Extracted material START
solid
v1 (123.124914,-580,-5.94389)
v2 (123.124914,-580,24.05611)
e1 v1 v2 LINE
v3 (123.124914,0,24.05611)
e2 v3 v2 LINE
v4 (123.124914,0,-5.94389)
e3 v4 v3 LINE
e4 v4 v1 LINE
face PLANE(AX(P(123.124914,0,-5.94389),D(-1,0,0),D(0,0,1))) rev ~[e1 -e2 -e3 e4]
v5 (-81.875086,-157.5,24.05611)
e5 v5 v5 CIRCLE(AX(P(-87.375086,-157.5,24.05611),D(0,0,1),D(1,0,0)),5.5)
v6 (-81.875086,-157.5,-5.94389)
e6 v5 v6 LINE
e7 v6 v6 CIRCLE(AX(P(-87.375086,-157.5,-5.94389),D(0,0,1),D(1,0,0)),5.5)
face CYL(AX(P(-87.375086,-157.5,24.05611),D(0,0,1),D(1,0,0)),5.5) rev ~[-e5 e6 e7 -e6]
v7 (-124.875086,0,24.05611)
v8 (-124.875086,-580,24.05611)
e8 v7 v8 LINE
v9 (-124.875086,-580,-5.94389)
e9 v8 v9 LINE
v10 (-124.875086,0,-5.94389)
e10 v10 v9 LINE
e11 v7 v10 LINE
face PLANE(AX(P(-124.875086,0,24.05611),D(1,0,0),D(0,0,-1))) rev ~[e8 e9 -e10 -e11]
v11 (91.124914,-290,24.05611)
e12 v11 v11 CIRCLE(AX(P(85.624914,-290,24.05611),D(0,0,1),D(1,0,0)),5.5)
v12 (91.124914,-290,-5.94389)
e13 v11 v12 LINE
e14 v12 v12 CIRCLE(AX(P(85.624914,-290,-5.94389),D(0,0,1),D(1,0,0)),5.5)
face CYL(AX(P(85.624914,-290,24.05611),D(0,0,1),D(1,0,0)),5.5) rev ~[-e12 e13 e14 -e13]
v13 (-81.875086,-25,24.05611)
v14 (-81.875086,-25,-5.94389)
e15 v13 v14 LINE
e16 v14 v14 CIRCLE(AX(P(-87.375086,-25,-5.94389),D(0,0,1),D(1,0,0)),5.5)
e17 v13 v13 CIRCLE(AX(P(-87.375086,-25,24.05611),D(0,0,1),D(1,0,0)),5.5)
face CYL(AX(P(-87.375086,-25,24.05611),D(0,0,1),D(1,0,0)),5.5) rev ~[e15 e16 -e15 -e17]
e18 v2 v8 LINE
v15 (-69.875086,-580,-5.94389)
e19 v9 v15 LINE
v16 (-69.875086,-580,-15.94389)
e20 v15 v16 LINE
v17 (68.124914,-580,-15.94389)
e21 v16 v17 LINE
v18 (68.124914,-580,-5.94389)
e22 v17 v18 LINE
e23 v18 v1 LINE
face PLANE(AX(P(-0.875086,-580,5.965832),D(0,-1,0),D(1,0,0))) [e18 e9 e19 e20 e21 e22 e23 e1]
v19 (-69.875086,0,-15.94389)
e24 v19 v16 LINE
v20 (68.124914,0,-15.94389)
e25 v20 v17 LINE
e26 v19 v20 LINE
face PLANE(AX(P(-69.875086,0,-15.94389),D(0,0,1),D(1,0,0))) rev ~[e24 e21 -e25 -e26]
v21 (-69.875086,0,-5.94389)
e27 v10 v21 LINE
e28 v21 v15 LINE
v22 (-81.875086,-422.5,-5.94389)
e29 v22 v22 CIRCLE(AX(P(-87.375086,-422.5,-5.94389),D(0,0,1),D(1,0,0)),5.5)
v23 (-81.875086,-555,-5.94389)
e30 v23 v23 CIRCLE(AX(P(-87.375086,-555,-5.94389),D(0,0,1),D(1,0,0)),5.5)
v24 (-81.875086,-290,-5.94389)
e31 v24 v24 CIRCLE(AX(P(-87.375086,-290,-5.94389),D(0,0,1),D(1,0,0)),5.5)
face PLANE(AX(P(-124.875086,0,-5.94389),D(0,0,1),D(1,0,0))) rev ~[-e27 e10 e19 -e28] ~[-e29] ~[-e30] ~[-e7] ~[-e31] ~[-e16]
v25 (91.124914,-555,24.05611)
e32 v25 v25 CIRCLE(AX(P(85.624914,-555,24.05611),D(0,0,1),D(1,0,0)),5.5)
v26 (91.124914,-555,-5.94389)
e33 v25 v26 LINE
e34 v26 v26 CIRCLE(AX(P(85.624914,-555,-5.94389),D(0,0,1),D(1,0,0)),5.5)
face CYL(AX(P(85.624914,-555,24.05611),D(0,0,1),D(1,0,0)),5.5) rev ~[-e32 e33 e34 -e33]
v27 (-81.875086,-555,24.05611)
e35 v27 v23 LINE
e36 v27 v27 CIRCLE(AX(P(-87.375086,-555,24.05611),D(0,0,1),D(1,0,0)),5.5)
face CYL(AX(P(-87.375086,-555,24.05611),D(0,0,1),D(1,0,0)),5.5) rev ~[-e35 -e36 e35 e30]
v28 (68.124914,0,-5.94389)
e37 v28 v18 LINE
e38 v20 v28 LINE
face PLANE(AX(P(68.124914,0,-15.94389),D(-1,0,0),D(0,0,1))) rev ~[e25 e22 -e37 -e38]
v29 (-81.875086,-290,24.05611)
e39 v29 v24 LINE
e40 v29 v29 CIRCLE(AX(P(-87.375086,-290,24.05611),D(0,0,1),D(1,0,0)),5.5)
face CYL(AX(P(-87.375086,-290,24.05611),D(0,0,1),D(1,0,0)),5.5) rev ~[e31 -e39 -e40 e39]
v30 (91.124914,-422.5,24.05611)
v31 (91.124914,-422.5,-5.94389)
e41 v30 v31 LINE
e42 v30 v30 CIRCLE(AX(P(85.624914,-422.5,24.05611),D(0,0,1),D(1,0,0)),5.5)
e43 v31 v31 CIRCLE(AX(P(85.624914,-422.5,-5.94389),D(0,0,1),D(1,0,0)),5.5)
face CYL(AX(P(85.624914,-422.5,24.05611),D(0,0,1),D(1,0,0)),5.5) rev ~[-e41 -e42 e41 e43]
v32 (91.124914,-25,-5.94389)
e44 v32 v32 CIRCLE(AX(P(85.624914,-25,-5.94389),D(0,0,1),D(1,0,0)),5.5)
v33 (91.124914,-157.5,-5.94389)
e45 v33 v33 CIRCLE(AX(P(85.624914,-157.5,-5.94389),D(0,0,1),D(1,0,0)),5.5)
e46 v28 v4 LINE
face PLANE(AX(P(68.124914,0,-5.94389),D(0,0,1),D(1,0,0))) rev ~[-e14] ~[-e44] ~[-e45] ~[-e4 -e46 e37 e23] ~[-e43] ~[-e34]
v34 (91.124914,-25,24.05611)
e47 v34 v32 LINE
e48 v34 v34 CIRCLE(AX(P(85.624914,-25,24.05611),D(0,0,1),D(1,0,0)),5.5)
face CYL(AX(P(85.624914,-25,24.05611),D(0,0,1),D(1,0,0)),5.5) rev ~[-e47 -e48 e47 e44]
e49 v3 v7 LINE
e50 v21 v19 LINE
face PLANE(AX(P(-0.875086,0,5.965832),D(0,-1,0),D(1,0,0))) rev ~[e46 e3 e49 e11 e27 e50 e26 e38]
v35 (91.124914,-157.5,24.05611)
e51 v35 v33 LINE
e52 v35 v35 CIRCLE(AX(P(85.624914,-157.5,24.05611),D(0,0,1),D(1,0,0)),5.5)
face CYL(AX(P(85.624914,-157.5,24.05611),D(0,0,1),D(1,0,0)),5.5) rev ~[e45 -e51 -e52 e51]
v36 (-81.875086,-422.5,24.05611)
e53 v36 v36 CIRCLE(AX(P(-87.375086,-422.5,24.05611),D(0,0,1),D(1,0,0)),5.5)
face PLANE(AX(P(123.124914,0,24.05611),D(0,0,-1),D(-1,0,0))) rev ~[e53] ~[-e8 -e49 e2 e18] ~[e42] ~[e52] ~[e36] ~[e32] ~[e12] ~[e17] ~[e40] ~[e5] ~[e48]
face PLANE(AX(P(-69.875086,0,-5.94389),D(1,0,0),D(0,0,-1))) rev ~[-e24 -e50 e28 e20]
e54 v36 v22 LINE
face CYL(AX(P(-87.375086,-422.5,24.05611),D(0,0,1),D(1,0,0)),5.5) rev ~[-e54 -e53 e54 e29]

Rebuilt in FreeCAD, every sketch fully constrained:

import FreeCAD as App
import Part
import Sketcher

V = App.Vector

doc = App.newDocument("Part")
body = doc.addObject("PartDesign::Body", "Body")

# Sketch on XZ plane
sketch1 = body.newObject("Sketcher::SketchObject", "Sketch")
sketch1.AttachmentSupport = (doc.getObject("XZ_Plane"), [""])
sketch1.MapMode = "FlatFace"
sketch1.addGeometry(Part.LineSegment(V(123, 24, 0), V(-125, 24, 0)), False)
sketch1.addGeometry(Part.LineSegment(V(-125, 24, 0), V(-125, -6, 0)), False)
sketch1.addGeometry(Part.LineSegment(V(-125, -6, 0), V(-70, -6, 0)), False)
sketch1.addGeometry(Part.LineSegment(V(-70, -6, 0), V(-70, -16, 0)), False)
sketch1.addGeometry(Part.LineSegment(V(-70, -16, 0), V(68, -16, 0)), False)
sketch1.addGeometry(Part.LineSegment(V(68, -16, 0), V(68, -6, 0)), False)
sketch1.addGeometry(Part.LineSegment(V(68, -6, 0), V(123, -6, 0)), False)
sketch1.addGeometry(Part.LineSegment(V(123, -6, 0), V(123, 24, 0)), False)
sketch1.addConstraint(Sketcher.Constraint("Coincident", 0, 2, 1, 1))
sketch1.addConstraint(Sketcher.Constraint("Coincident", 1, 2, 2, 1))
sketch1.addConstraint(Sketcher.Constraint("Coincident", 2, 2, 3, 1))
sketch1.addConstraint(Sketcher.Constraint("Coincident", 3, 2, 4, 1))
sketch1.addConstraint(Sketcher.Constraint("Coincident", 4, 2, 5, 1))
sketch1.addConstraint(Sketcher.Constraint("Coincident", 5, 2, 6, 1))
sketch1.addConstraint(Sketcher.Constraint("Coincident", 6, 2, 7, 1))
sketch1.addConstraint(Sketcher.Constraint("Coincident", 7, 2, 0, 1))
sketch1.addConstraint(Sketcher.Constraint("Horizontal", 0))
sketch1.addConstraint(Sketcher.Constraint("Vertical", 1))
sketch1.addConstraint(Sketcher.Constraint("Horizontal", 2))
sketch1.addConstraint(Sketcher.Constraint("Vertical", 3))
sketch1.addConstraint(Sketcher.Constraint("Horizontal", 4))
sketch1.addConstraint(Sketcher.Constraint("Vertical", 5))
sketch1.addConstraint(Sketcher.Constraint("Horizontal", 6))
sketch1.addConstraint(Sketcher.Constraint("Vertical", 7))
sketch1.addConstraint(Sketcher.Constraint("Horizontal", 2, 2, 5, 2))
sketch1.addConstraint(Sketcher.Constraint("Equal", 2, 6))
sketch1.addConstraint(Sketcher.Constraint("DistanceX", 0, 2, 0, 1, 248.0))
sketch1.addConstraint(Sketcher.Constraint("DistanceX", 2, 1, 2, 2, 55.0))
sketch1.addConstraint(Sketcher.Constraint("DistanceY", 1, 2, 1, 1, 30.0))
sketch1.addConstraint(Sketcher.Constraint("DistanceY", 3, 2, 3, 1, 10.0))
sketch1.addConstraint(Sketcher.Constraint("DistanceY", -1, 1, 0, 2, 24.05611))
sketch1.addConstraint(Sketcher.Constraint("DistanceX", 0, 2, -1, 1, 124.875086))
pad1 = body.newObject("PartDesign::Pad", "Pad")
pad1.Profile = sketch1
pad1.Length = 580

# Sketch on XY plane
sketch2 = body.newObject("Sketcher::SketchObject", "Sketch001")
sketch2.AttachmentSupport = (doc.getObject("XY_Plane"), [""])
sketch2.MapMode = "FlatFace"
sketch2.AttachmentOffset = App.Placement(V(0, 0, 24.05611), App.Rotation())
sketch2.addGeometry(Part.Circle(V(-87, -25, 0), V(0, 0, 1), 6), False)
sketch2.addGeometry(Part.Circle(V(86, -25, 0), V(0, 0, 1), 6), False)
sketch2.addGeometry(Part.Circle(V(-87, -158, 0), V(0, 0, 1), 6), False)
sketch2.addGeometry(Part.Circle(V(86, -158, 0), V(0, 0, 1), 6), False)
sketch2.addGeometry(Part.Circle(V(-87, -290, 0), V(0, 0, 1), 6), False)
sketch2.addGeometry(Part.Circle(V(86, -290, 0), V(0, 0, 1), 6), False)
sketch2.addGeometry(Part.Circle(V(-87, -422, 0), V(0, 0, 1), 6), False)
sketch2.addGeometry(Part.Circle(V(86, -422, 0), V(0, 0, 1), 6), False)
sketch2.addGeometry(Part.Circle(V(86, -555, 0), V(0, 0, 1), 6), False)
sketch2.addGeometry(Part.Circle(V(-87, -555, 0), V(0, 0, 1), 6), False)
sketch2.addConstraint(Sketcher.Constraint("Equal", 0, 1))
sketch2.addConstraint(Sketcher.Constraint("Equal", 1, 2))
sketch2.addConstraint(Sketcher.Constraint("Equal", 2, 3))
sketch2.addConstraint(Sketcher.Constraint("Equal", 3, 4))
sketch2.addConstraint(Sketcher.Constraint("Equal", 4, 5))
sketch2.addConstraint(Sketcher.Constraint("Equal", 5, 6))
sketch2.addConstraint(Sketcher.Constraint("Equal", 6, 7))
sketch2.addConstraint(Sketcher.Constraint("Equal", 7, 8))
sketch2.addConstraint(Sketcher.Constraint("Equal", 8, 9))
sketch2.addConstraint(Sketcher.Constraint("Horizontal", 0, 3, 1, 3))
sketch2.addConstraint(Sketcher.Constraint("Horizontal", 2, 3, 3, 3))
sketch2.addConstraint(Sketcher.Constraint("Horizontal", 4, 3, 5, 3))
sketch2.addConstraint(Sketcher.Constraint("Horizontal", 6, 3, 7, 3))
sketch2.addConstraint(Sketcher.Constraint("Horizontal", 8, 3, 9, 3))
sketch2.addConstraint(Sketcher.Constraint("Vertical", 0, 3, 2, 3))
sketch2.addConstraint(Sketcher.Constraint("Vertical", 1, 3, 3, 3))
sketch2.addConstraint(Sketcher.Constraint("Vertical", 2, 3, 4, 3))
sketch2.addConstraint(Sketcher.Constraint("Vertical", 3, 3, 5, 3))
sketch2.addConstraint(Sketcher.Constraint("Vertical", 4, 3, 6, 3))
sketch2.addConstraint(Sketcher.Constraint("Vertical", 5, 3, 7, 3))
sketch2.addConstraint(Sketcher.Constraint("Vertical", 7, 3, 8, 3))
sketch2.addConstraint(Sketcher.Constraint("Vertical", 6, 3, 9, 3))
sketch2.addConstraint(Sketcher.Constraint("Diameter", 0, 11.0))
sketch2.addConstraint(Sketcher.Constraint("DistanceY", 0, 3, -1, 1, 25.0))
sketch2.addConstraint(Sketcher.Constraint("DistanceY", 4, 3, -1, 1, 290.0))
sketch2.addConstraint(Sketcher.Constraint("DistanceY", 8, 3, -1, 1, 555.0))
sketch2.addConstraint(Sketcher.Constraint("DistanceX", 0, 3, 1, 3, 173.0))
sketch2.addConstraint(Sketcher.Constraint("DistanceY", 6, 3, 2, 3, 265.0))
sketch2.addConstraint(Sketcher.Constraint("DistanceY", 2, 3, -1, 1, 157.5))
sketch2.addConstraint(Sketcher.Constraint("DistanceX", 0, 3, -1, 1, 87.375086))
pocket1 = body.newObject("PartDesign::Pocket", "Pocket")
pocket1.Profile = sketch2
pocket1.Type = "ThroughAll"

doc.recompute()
Extracted material END
- Work to complete: Write out exactly the lines above between the line with "v29 (-81.875086,-290,24.05611)" and the line with "Rebuilt in FreeCAD, every", inclusive, and nothing beyond them.

- Response box:
v29 (-81.875086,-290,24.05611)
e39 v29 v24 LINE
e40 v29 v29 CIRCLE(AX(P(-87.375086,-290,24.05611),D(0,0,1),D(1,0,0)),5.5)
face CYL(AX(P(-87.375086,-290,24.05611),D(0,0,1),D(1,0,0)),5.5) rev ~[e31 -e39 -e40 e39]
v30 (91.124914,-422.5,24.05611)
v31 (91.124914,-422.5,-5.94389)
e41 v30 v31 LINE
e42 v30 v30 CIRCLE(AX(P(85.624914,-422.5,24.05611),D(0,0,1),D(1,0,0)),5.5)
e43 v31 v31 CIRCLE(AX(P(85.624914,-422.5,-5.94389),D(0,0,1),D(1,0,0)),5.5)
face CYL(AX(P(85.624914,-422.5,24.05611),D(0,0,1),D(1,0,0)),5.5) rev ~[-e41 -e42 e41 e43]
v32 (91.124914,-25,-5.94389)
e44 v32 v32 CIRCLE(AX(P(85.624914,-25,-5.94389),D(0,0,1),D(1,0,0)),5.5)
v33 (91.124914,-157.5,-5.94389)
e45 v33 v33 CIRCLE(AX(P(85.624914,-157.5,-5.94389),D(0,0,1),D(1,0,0)),5.5)
e46 v28 v4 LINE
face PLANE(AX(P(68.124914,0,-5.94389),D(0,0,1),D(1,0,0))) rev ~[-e14] ~[-e44] ~[-e45] ~[-e4 -e46 e37 e23] ~[-e43] ~[-e34]
v34 (91.124914,-25,24.05611)
e47 v34 v32 LINE
e48 v34 v34 CIRCLE(AX(P(85.624914,-25,24.05611),D(0,0,1),D(1,0,0)),5.5)
face CYL(AX(P(85.624914,-25,24.05611),D(0,0,1),D(1,0,0)),5.5) rev ~[-e47 -e48 e47 e44]
e49 v3 v7 LINE
e50 v21 v19 LINE
face PLANE(AX(P(-0.875086,0,5.965832),D(0,-1,0),D(1,0,0))) rev ~[e46 e3 e49 e11 e27 e50 e26 e38]
v35 (91.124914,-157.5,24.05611)
e51 v35 v33 LINE
e52 v35 v35 CIRCLE(AX(P(85.624914,-157.5,24.05611),D(0,0,1),D(1,0,0)),5.5)
face CYL(AX(P(85.624914,-157.5,24.05611),D(0,0,1),D(1,0,0)),5.5) rev ~[e45 -e51 -e52 e51]
v36 (-81.875086,-422.5,24.05611)
e53 v36 v36 CIRCLE(AX(P(-87.375086,-422.5,24.05611),D(0,0,1),D(1,0,0)),5.5)
face PLANE(AX(P(123.124914,0,24.05611),D(0,0,-1),D(-1,0,0))) rev ~[e53] ~[-e8 -e49 e2 e18] ~[e42] ~[e52] ~[e36] ~[e32] ~[e12] ~[e17] ~[e40] ~[e5] ~[e48]
face PLANE(AX(P(-69.875086,0,-5.94389),D(1,0,0),D(0,0,-1))) rev ~[-e24 -e50 e28 e20]
e54 v36 v22 LINE
face CYL(AX(P(-87.375086,-422.5,24.05611),D(0,0,1),D(1,0,0)),5.5) rev ~[-e54 -e53 e54 e29]

Rebuilt in FreeCAD, every sketch fully constrained:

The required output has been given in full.